Die Beklagte hat zwar nach § 1a S. 1 AEntG aF als Unternehmer, der einen anderen Unternehmer mit der Erbringung von Bauleistungen beauftragt hat, wie ein Bürge zu haften, der auf die Einrede der Vorausklage verzichtet hat. Durch den Verzicht auf die Einrede der Vorausklage nach § 773 Abs. 1 Nr. 1 BGB wird jedoch nur die Subsidiarität der Bürgenhaftung aufgehoben, nicht deren Akzessorietät. Der Bürge kann Einreden gegen die Hauptschuld erheben (§ 768 BGB) und insbesondere die Verjährung der Hauptschuld geltend machen (BGH Urteil vom 12. März 1980 – VIII ZR 115/79 – NJW 1980, 1460; BGH Urteil vom 28. Januar 2003 – XI ZR 243/02 – NJW 2003, 1250; Palandt, 73. Aufl., § 773 Rz. 2).

2.

23

Die – insoweit unterstellte – Beitragsschuld der B für die Zeitspanne von Oktober 2007 bis Februar 2008 ist verjährt gemäß § 21 Abs. 4 VTV (in den bis 31. Dezember 2009 geltenden Fassungen des Tarifvertrags: § 25 Abs. 4 VTV; in den bis 30. Juni 2013 geltenden Fassungen des Tarifvertrags: § 24 Abs. 4 VTV).
24

Geht man davon aus, dass auch die Verjährungsfrist gegenüber der B nicht im Jahr 2008, sondern erst im Jahr 2009 gem. § 199 Abs. 1 BGB (vgl. BAG Urteil vom 25. November 2009 – 10 AZR 737/08 – NZA 2010,518, Rz. 34) zu laufen begann, weil erst dann der Umfang der Schwarzarbeit feststand, so ist spätestens mit Ablauf des 31. Dezember 2013 Verjährung eingetreten.

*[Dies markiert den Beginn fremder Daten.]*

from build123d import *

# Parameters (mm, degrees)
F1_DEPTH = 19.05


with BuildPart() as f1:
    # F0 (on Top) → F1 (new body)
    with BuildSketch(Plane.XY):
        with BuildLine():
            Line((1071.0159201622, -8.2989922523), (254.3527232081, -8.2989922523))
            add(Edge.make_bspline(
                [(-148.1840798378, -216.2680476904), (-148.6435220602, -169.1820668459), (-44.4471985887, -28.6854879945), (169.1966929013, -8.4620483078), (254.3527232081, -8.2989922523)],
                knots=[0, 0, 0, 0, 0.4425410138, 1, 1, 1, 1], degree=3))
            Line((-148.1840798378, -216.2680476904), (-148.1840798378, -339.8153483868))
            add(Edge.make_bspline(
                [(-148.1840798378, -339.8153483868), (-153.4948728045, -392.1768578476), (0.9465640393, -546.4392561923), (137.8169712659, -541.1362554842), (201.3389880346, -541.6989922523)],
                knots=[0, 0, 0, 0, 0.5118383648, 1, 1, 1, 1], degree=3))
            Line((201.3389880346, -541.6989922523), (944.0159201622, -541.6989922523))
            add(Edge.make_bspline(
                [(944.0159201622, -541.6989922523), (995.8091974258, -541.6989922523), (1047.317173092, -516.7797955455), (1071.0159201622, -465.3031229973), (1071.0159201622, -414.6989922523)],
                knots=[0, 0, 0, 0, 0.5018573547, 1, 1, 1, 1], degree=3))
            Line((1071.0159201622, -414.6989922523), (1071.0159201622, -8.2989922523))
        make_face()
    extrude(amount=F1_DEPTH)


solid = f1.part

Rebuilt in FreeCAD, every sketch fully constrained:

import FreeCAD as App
import Part
import Sketcher
from FreeCAD import Vector
Q = App.Units.Quantity

doc = App.newDocument("Part")
body = doc.addObject("PartDesign::Body", "Body")

sketch1 = body.newObject("Sketcher::SketchObject", "Sketch")
sketch1.AttachmentSupport = (doc.getObject("XY_Plane"), [""])
sketch1.MapMode = "FlatFace"
sketch1.addGeometry(Part.LineSegment(Vector(1071.01592, -8.298992, 0), Vector(254.352723, -8.298992, 0)), False)
sketch1.addGeometry(Part.BSplineCurve([Vector(-148.18408, -216.268048, 0), Vector(-148.643522, -169.182067, 0), Vector(-44.447199, -28.685488, 0), Vector(169.196693, -8.462048, 0), Vector(254.352723, -8.298992, 0)], [4, 1, 4], [0, 0.442541014, 1], False, 3, [1, 1, 1, 1, 1], False), False)
sketch1.addGeometry(Part.LineSegment(Vector(-148.18408, -216.268048, 0), Vector(-148.18408, -339.815348, 0)), False)
sketch1.addGeometry(Part.BSplineCurve([Vector(-148.18408, -339.815348, 0), Vector(-153.494873, -392.176858, 0), Vector(0.946564, -546.439256, 0), Vector(137.816971, -541.136255, 0), Vector(201.338988, -541.698992, 0)], [4, 1, 4], [0, 0.511838365, 1], False, 3, [1, 1, 1, 1, 1], False), False)
sketch1.addGeometry(Part.LineSegment(Vector(201.338988, -541.698992, 0), Vector(944.01592, -541.698992, 0)), False)
sketch1.addGeometry(Part.BSplineCurve([Vector(944.01592, -541.698992, 0), Vector(995.809197, -541.698992, 0), Vector(1047.317173, -516.779796, 0), Vector(1071.01592, -465.303123, 0), Vector(1071.01592, -414.698992, 0)], [4, 1, 4], [0, 0.501857355, 1], False, 3, [1, 1, 1, 1, 1], False), False)
sketch1.addGeometry(Part.LineSegment(Vector(1071.01592, -414.698992, 0), Vector(1071.01592, -8.298992, 0)), False)
sketch1.addConstraint(Sketcher.Constraint("Block", 1))
sketch1.addConstraint(Sketcher.Constraint("Block", 3))
sketch1.addConstraint(Sketcher.Constraint("Block", 5))
sketch1.addConstraint(Sketcher.Constraint("Coincident", 0, 2, 1, 2))
sketch1.addConstraint(Sketcher.Constraint("Coincident", 1, 1, 2, 1))
sketch1.addConstraint(Sketcher.Constraint("Coincident", 2, 2, 3, 1))
sketch1.addConstraint(Sketcher.Constraint("Coincident", 3, 2, 4, 1))
sketch1.addConstraint(Sketcher.Constraint("Coincident", 4, 2, 5, 1))
sketch1.addConstraint(Sketcher.Constraint("Coincident", 5, 2, 6, 1))
sketch1.addConstraint(Sketcher.Constraint("Coincident", 6, 2, 0, 1))
sketch1.addConstraint(Sketcher.Constraint("Horizontal", 0))
sketch1.addConstraint(Sketcher.Constraint("Vertical", 6))
pad1 = body.newObject("PartDesign::Pad", "Pad")
pad1.Profile = sketch1
pad1.Length = Q("0.75 in")

doc.recompute()
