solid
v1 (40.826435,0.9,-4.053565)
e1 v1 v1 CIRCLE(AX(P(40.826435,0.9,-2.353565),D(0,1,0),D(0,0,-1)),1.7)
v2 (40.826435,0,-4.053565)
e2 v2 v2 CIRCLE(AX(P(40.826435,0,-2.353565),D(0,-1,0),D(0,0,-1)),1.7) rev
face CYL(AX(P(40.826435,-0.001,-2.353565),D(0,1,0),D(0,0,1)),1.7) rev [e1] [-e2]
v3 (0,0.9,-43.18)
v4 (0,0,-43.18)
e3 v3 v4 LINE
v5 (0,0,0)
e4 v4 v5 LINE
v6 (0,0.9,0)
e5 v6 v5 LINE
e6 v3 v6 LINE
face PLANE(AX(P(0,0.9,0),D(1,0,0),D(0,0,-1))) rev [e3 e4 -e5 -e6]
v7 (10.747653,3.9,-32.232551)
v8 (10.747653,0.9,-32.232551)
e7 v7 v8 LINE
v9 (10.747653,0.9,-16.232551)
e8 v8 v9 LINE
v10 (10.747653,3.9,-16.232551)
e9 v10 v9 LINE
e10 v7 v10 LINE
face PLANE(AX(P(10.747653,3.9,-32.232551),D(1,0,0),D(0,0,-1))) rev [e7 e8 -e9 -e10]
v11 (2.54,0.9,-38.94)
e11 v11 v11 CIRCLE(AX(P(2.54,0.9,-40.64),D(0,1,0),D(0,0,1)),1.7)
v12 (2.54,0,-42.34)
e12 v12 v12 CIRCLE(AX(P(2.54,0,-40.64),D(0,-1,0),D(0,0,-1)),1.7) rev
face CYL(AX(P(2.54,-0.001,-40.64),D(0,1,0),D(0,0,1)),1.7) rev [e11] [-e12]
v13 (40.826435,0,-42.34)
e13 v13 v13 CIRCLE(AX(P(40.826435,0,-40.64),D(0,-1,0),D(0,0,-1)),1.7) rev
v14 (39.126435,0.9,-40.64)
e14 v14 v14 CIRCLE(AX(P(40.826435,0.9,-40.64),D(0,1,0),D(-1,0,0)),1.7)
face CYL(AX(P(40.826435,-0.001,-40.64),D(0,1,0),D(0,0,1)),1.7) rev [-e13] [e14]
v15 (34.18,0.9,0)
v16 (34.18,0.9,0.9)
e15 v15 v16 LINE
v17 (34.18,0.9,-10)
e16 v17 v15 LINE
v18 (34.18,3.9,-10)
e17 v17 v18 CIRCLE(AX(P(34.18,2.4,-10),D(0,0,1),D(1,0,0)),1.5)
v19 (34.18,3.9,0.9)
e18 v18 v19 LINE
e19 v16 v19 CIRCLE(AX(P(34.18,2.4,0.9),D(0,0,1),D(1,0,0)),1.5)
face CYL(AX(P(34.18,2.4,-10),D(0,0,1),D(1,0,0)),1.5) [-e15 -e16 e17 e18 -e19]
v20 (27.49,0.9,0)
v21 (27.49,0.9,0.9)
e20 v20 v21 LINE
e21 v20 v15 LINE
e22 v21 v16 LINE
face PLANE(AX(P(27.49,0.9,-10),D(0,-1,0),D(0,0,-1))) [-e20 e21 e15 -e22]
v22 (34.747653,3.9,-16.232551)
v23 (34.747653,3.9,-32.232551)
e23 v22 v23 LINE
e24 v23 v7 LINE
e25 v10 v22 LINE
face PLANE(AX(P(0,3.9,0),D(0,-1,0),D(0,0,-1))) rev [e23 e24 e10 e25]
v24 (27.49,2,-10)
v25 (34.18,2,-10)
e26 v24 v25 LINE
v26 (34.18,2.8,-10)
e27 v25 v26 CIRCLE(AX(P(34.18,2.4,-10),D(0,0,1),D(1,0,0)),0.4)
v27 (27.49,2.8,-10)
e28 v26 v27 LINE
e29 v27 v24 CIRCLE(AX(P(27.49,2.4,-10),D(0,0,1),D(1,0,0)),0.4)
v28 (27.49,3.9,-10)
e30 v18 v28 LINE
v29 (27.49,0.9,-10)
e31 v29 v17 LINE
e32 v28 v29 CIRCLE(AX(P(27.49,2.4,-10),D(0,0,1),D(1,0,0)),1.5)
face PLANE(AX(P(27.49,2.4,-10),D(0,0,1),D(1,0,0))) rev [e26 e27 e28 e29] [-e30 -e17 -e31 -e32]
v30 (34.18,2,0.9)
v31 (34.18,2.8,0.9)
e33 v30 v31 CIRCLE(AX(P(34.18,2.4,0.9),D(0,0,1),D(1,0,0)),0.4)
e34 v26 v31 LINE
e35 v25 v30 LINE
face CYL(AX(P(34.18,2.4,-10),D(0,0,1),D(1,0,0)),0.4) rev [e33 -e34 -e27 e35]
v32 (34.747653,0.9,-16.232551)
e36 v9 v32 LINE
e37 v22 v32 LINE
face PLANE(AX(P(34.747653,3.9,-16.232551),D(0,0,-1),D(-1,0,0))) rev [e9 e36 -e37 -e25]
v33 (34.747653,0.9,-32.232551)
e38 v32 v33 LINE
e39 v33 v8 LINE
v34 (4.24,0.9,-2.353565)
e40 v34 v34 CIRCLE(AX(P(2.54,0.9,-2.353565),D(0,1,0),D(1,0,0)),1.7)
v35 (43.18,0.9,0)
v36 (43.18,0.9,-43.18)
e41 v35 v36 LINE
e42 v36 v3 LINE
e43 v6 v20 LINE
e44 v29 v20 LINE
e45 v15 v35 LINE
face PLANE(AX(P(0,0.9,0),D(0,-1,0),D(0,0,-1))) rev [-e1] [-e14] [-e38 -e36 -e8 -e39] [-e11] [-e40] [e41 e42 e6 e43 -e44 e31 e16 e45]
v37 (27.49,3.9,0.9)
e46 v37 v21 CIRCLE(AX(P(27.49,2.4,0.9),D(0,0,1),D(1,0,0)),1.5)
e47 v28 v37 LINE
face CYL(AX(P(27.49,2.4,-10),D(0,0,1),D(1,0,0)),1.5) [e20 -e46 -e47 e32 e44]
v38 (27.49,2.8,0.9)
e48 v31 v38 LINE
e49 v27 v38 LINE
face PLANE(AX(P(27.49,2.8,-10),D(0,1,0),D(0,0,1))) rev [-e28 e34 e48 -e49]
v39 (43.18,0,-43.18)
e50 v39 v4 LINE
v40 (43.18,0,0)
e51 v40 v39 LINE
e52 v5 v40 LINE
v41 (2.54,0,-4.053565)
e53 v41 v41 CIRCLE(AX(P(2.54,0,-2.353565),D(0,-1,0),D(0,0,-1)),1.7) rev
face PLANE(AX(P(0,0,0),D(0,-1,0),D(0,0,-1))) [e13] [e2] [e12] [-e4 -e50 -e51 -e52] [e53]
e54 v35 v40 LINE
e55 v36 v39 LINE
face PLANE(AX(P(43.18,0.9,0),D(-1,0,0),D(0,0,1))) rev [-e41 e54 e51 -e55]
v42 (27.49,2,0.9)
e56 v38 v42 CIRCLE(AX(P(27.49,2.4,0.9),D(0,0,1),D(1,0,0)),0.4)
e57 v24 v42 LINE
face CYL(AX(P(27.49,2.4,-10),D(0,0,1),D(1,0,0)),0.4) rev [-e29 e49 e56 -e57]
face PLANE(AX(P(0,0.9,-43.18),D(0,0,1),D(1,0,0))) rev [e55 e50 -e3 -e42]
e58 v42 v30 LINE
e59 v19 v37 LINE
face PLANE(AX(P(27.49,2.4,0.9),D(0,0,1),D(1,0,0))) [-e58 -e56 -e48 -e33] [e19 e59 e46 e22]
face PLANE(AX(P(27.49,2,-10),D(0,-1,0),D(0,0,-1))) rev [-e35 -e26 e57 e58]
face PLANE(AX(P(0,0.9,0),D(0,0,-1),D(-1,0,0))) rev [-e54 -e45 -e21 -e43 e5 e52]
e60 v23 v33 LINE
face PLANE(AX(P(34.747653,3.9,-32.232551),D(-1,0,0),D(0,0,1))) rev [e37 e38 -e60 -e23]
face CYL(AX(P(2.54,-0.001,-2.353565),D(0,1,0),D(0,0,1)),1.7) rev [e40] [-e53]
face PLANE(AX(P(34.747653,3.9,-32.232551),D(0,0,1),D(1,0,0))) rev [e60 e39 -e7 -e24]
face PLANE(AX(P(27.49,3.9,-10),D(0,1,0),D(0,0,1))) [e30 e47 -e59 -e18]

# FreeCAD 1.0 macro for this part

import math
import FreeCAD as App
import Part
import Sketcher
Q = App.Units.Quantity


def add_polygon(sketch, points):
    """Adds a closed chain of lines whose ends are joined by coincident constraints."""
    first, n = sketch.GeometryCount, len(points)
    for a, b in zip(points, points[1:] + points[:1]):
        sketch.addGeometry(Part.LineSegment(App.Vector(*a, 0), App.Vector(*b, 0)), False)
    for i in range(n):
        sketch.addConstraint(Sketcher.Constraint("Coincident", first + i, 2, first + (i + 1) % n, 1))

doc = App.newDocument("Part")
params = doc.addObject("Spreadsheet::Sheet", "Params")
for row, (alias, value) in enumerate([
    ("sketch1_width", "43.18 mm"),
    ("pad1_length", "0.9 mm"),
    ("sketch2_diameter", "3.4 mm"),
    ("pocket1_length", "0.9 mm"),
    ("sketch3_radius", "1.5 mm"),
    ("sketch3_radius2", "0.4 mm"),
    ("sketch3_width", "6.69 mm"),
    ("pad2_length", "0.9 mm"),
    ("pad2_length2", "10 mm"),
    ("sketch4_width", "24 mm"),
    ("sketch4_height", "16 mm"),
    ("pad3_length", "3 mm"),
], start=1):
    params.set(f"A{row}", alias)
    params.set(f"B{row}", "=" + value)
    params.setAlias(f"B{row}", alias)

body = doc.addObject("PartDesign::Body", "Body")

sketch1 = body.newObject("Sketcher::SketchObject", "Sketch")
sketch1.AttachmentSupport = (doc.getObject("XZ_Plane"), [""])
sketch1.MapMode = "FlatFace"
add_polygon(sketch1, [(0, -43.18), (0, 0), (43.18, 0), (43.18, -43.18)])
sketch1.addConstraint(Sketcher.Constraint("Vertical", 0))
sketch1.addConstraint(Sketcher.Constraint("Horizontal", 1))
sketch1.addConstraint(Sketcher.Constraint("Vertical", 2))
sketch1.addConstraint(Sketcher.Constraint("Horizontal", 3))
sketch1.addConstraint(Sketcher.Constraint("Coincident", 0, 2, -1, 1))
sketch1.addConstraint(Sketcher.Constraint("Equal", 3, 0))
sketch1.addConstraint(Sketcher.Constraint("DistanceX", 1, 1, 1, 2, Q("43.18 mm")))
sketch1.setExpression("Constraints[10]", "Params.sketch1_width")
pad1 = body.newObject("PartDesign::Pad", "Pad")
pad1.Profile = sketch1
pad1.setExpression("Length", "Params.pad1_length")
pad1.Reversed = True

sketch2 = body.newObject("Sketcher::SketchObject", "Sketch001")
sketch2.AttachmentSupport = (doc.getObject("XZ_Plane"), [""])
sketch2.MapMode = "FlatFace"
sketch2.AttachmentOffset = App.Placement(App.Vector(0, 0, -0.9), App.Rotation())
sketch2.addGeometry(Part.Circle(App.Vector(2.54, -40.64, 0), App.Vector(0, 0, 1), 1.7), False)
sketch2.addConstraint(Sketcher.Constraint("Diameter", 0, Q("3.4 mm")))
sketch2.addConstraint(Sketcher.Constraint("DistanceX", -1, 1, 0, 3, Q("2.54 mm")))
sketch2.addConstraint(Sketcher.Constraint("DistanceY", 0, 3, -1, 1, Q("40.64 mm")))
sketch2.setExpression("Constraints[0]", "Params.sketch2_diameter")
pocket1 = body.newObject("PartDesign::Pocket", "Pocket")
pocket1.Profile = sketch2
pocket1.setExpression("Length", "Params.pocket1_length")
pocket1.Reversed = True
doc.recompute()

datumline = body.newObject("PartDesign::Line", "DatumLine")
datumline.Placement = App.Placement(App.Vector(21.683217, 0, -21.496783), App.Rotation(App.Vector(0, 0, 1), App.Vector(0, 1, 0)))
polarpattern = body.newObject("PartDesign::PolarPattern", "PolarPattern")
polarpattern.Originals = [pocket1]
polarpattern.Axis = (datumline, [""])
polarpattern.Angle = 360
polarpattern.Occurrences = 4
body.Tip = polarpattern

sketch3 = body.newObject("Sketcher::SketchObject", "Sketch002")
sketch3.AttachmentSupport = (doc.getObject("XY_Plane"), [""])
sketch3.MapMode = "FlatFace"
sketch3.addGeometry(Part.LineSegment(App.Vector(34.18, 3.9, 0), App.Vector(27.49, 3.9, 0)), False)
sketch3.addGeometry(Part.ArcOfCircle(Part.Circle(App.Vector(27.49, 2.4, 0), App.Vector(0, 0, 1), 1.5), math.radians(90), math.radians(270)), False)
sketch3.addGeometry(Part.LineSegment(App.Vector(27.49, 0.9, 0), App.Vector(34.18, 0.9, 0)), False)
sketch3.addGeometry(Part.ArcOfCircle(Part.Circle(App.Vector(34.18, 2.4, 0), App.Vector(0, 0, 1), 1.5), math.radians(-90), math.radians(90)), False)
sketch3.addGeometry(Part.LineSegment(App.Vector(27.49, 2.8, 0), App.Vector(34.18, 2.8, 0)), False)
sketch3.addGeometry(Part.ArcOfCircle(Part.Circle(App.Vector(34.18, 2.4, 0), App.Vector(0, 0, 1), 0.4), math.radians(-90), math.radians(90)), False)
sketch3.addGeometry(Part.LineSegment(App.Vector(34.18, 2, 0), App.Vector(27.49, 2, 0)), False)
sketch3.addGeometry(Part.ArcOfCircle(Part.Circle(App.Vector(27.49, 2.4, 0), App.Vector(0, 0, 1), 0.4), math.radians(90), math.radians(270)), False)
sketch3.addConstraint(Sketcher.Constraint("Tangent", 0, 2, 1, 1))
sketch3.addConstraint(Sketcher.Constraint("Tangent", 1, 2, 2, 1))
sketch3.addConstraint(Sketcher.Constraint("Tangent", 2, 2, 3, 1))
sketch3.addConstraint(Sketcher.Constraint("Tangent", 3, 2, 0, 1))
sketch3.addConstraint(Sketcher.Constraint("Tangent", 4, 2, 5, 2))
sketch3.addConstraint(Sketcher.Constraint("Tangent", 5, 1, 6, 1))
sketch3.addConstraint(Sketcher.Constraint("Tangent", 6, 2, 7, 2))
sketch3.addConstraint(Sketcher.Constraint("Tangent", 7, 1, 4, 1))
sketch3.addConstraint(Sketcher.Constraint("Horizontal", 0))
sketch3.addConstraint(Sketcher.Constraint("Horizontal", 2))
sketch3.addConstraint(Sketcher.Constraint("Horizontal", 4))
sketch3.addConstraint(Sketcher.Constraint("Horizontal", 6))
sketch3.addConstraint(Sketcher.Constraint("Coincident", 5, 3, 3, 3))
sketch3.addConstraint(Sketcher.Constraint("Vertical", 7, 3, 0, 2))
sketch3.addConstraint(Sketcher.Constraint("Radius", 1, Q("1.5 mm")))
sketch3.addConstraint(Sketcher.Constraint("Radius", 5, Q("0.4 mm")))
sketch3.addConstraint(Sketcher.Constraint("DistanceY", -1, 1, 5, 1, Q("2 mm")))
sketch3.addConstraint(Sketcher.Constraint("DistanceX", 0, 2, 0, 1, Q("6.69 mm")))
sketch3.addConstraint(Sketcher.Constraint("DistanceX", -1, 1, 1, 3, Q("27.49 mm")))
sketch3.setExpression("Constraints[14]", "Params.sketch3_radius")
sketch3.setExpression("Constraints[15]", "Params.sketch3_radius2")
sketch3.setExpression("Constraints[17]", "Params.sketch3_width")
pad2 = body.newObject("PartDesign::Pad", "Pad001")
pad2.Profile = sketch3
pad2.Type = "TwoLengths"
pad2.setExpression("Length", "Params.pad2_length")
pad2.setExpression("Length2", "Params.pad2_length2")

sketch4 = body.newObject("Sketcher::SketchObject", "Sketch003")
sketch4.AttachmentSupport = (doc.getObject("XZ_Plane"), [""])
sketch4.MapMode = "FlatFace"
sketch4.AttachmentOffset = App.Placement(App.Vector(0, 0, -0.9), App.Rotation())
add_polygon(sketch4, [(10.747653, -32.232551), (10.747653, -16.232551), (34.747653, -16.232551), (34.747653, -32.232551)])
sketch4.addConstraint(Sketcher.Constraint("Vertical", 0))
sketch4.addConstraint(Sketcher.Constraint("Horizontal", 1))
sketch4.addConstraint(Sketcher.Constraint("Vertical", 2))
sketch4.addConstraint(Sketcher.Constraint("Horizontal", 3))
sketch4.addConstraint(Sketcher.Constraint("DistanceX", 1, 1, 1, 2, Q("24 mm")))
sketch4.addConstraint(Sketcher.Constraint("DistanceY", 0, 1, 0, 2, Q("16 mm")))
sketch4.addConstraint(Sketcher.Constraint("DistanceY", 0, 2, -1, 1, Q("16.232551 mm")))
sketch4.addConstraint(Sketcher.Constraint("DistanceX", -1, 1, 0, 2, Q("10.747653 mm")))
sketch4.setExpression("Constraints[8]", "Params.sketch4_width")
sketch4.setExpression("Constraints[9]", "Params.sketch4_height")
pad3 = body.newObject("PartDesign::Pad", "Pad002")
pad3.Profile = sketch4
pad3.setExpression("Length", "Params.pad3_length")
pad3.Reversed = True

doc.recompute()
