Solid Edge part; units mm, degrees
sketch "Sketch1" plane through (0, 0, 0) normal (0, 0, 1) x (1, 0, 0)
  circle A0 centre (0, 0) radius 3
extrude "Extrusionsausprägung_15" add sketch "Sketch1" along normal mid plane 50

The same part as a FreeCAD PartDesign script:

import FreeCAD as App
import Part
import Sketcher

V = App.Vector
Q = App.Units.Quantity

doc = App.newDocument("Part")
body = doc.addObject("PartDesign::Body", "Body")

# Sketch on XY plane
sketch1 = doc.addObject("Sketcher::SketchObject", "Sketch")
body.addObject(sketch1)
sketch1.AttachmentSupport = (doc.XY_Plane, [""])
sketch1.MapMode = "FlatFace"
sketch1.addGeometry(Part.Circle(V(0, 0, 0), V(0, 0, 1), 3), False)
sketch1.addConstraint([
    Sketcher.Constraint("Coincident", 0, 3, -1, 1),
    Sketcher.Constraint("Diameter", 0, Q("6 mm")),
])
pad1 = doc.addObject("PartDesign::Pad", "Pad")
body.addObject(pad1)
pad1.Profile = sketch1
pad1.Length = 50
pad1.Midplane = True

doc.recompute()
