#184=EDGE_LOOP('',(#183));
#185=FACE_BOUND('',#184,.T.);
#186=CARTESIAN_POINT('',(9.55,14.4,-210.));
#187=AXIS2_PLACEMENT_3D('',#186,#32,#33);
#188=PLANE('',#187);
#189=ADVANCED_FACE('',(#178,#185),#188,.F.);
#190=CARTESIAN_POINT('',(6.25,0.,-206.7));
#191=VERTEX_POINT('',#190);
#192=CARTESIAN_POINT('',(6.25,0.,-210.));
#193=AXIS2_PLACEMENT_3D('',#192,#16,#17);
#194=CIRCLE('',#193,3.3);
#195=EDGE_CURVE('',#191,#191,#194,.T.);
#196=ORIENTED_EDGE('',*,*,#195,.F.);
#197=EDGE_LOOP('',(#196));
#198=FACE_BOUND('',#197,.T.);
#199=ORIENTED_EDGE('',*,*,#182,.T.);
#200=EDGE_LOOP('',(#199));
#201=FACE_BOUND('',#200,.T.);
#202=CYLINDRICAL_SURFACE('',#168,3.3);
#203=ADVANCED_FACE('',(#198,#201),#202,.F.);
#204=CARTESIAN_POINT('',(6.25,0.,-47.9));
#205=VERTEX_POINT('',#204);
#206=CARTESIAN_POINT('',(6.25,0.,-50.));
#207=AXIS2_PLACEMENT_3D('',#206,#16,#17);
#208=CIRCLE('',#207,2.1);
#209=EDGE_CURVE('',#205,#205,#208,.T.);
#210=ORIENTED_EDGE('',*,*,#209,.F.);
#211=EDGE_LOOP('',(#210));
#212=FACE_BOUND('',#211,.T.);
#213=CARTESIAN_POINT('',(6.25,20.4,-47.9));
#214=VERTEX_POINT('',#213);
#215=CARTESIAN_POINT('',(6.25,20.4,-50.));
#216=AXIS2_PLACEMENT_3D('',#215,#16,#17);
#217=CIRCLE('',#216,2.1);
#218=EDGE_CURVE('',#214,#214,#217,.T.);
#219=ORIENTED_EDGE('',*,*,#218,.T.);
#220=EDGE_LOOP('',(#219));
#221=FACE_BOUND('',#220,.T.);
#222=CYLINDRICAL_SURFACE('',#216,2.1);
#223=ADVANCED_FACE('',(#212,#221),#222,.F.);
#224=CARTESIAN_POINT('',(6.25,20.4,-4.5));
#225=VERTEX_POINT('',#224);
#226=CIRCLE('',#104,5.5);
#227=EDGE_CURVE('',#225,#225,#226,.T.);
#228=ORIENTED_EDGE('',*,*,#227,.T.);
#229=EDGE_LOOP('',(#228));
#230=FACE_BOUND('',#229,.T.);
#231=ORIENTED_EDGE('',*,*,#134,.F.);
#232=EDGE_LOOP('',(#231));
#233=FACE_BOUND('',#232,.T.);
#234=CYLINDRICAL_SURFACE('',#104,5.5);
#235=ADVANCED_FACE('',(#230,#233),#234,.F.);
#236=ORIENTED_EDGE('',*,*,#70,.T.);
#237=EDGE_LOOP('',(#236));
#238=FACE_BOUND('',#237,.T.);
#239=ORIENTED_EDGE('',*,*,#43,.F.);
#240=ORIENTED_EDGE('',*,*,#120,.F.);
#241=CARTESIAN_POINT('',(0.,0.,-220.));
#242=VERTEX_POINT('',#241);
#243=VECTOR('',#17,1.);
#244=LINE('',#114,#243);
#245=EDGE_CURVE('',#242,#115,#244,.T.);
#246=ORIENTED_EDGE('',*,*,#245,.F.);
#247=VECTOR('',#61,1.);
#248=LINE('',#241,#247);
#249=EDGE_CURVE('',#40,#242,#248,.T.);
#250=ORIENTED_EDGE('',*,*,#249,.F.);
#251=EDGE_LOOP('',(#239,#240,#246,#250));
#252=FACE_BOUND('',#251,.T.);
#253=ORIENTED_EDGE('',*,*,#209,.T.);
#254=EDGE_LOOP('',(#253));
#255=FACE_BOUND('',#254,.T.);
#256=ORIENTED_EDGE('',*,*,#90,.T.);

Es ist unstreitig, dass der Kläger gegen die B keine Klage erhoben hat. Der Kläger hat geltend gemacht, dies sei nicht erforderlich. Dabei ist nicht erheblich, dass der Kläger die Bürgenschuld rechtzeitig geltend gemacht hat. Der Bürge kann sich auf die Verjährung der Hauptforderung auch dann berufen, wenn die Bürgschaftsklage vor Vollendung dieser Verjährung erhoben wurde, dies gilt auch bei einer selbstschuldnerischen Bürgschaft (BGH Urteil vom 12. März 1980 – VIII ZR 115/79 – NJW 1980, 1460, Rz. 15 f.). Nach dem Grundsatz der Akzessorietät haftet die Beklagte gemäß § 768 Abs. 1 BGB zumindest seit dem 01. Januar 2014 nicht mehr. Die Klage ist daher auf die Berufung abzuweisen.

III.

25

Der Kläger hat die Kosten des Rechtsstreits zu tragen, § 91 Abs. 1 ZPO.
26

Die Zulassung der Revision nach § 72 Abs. 2 ArbGG ist nicht begründet.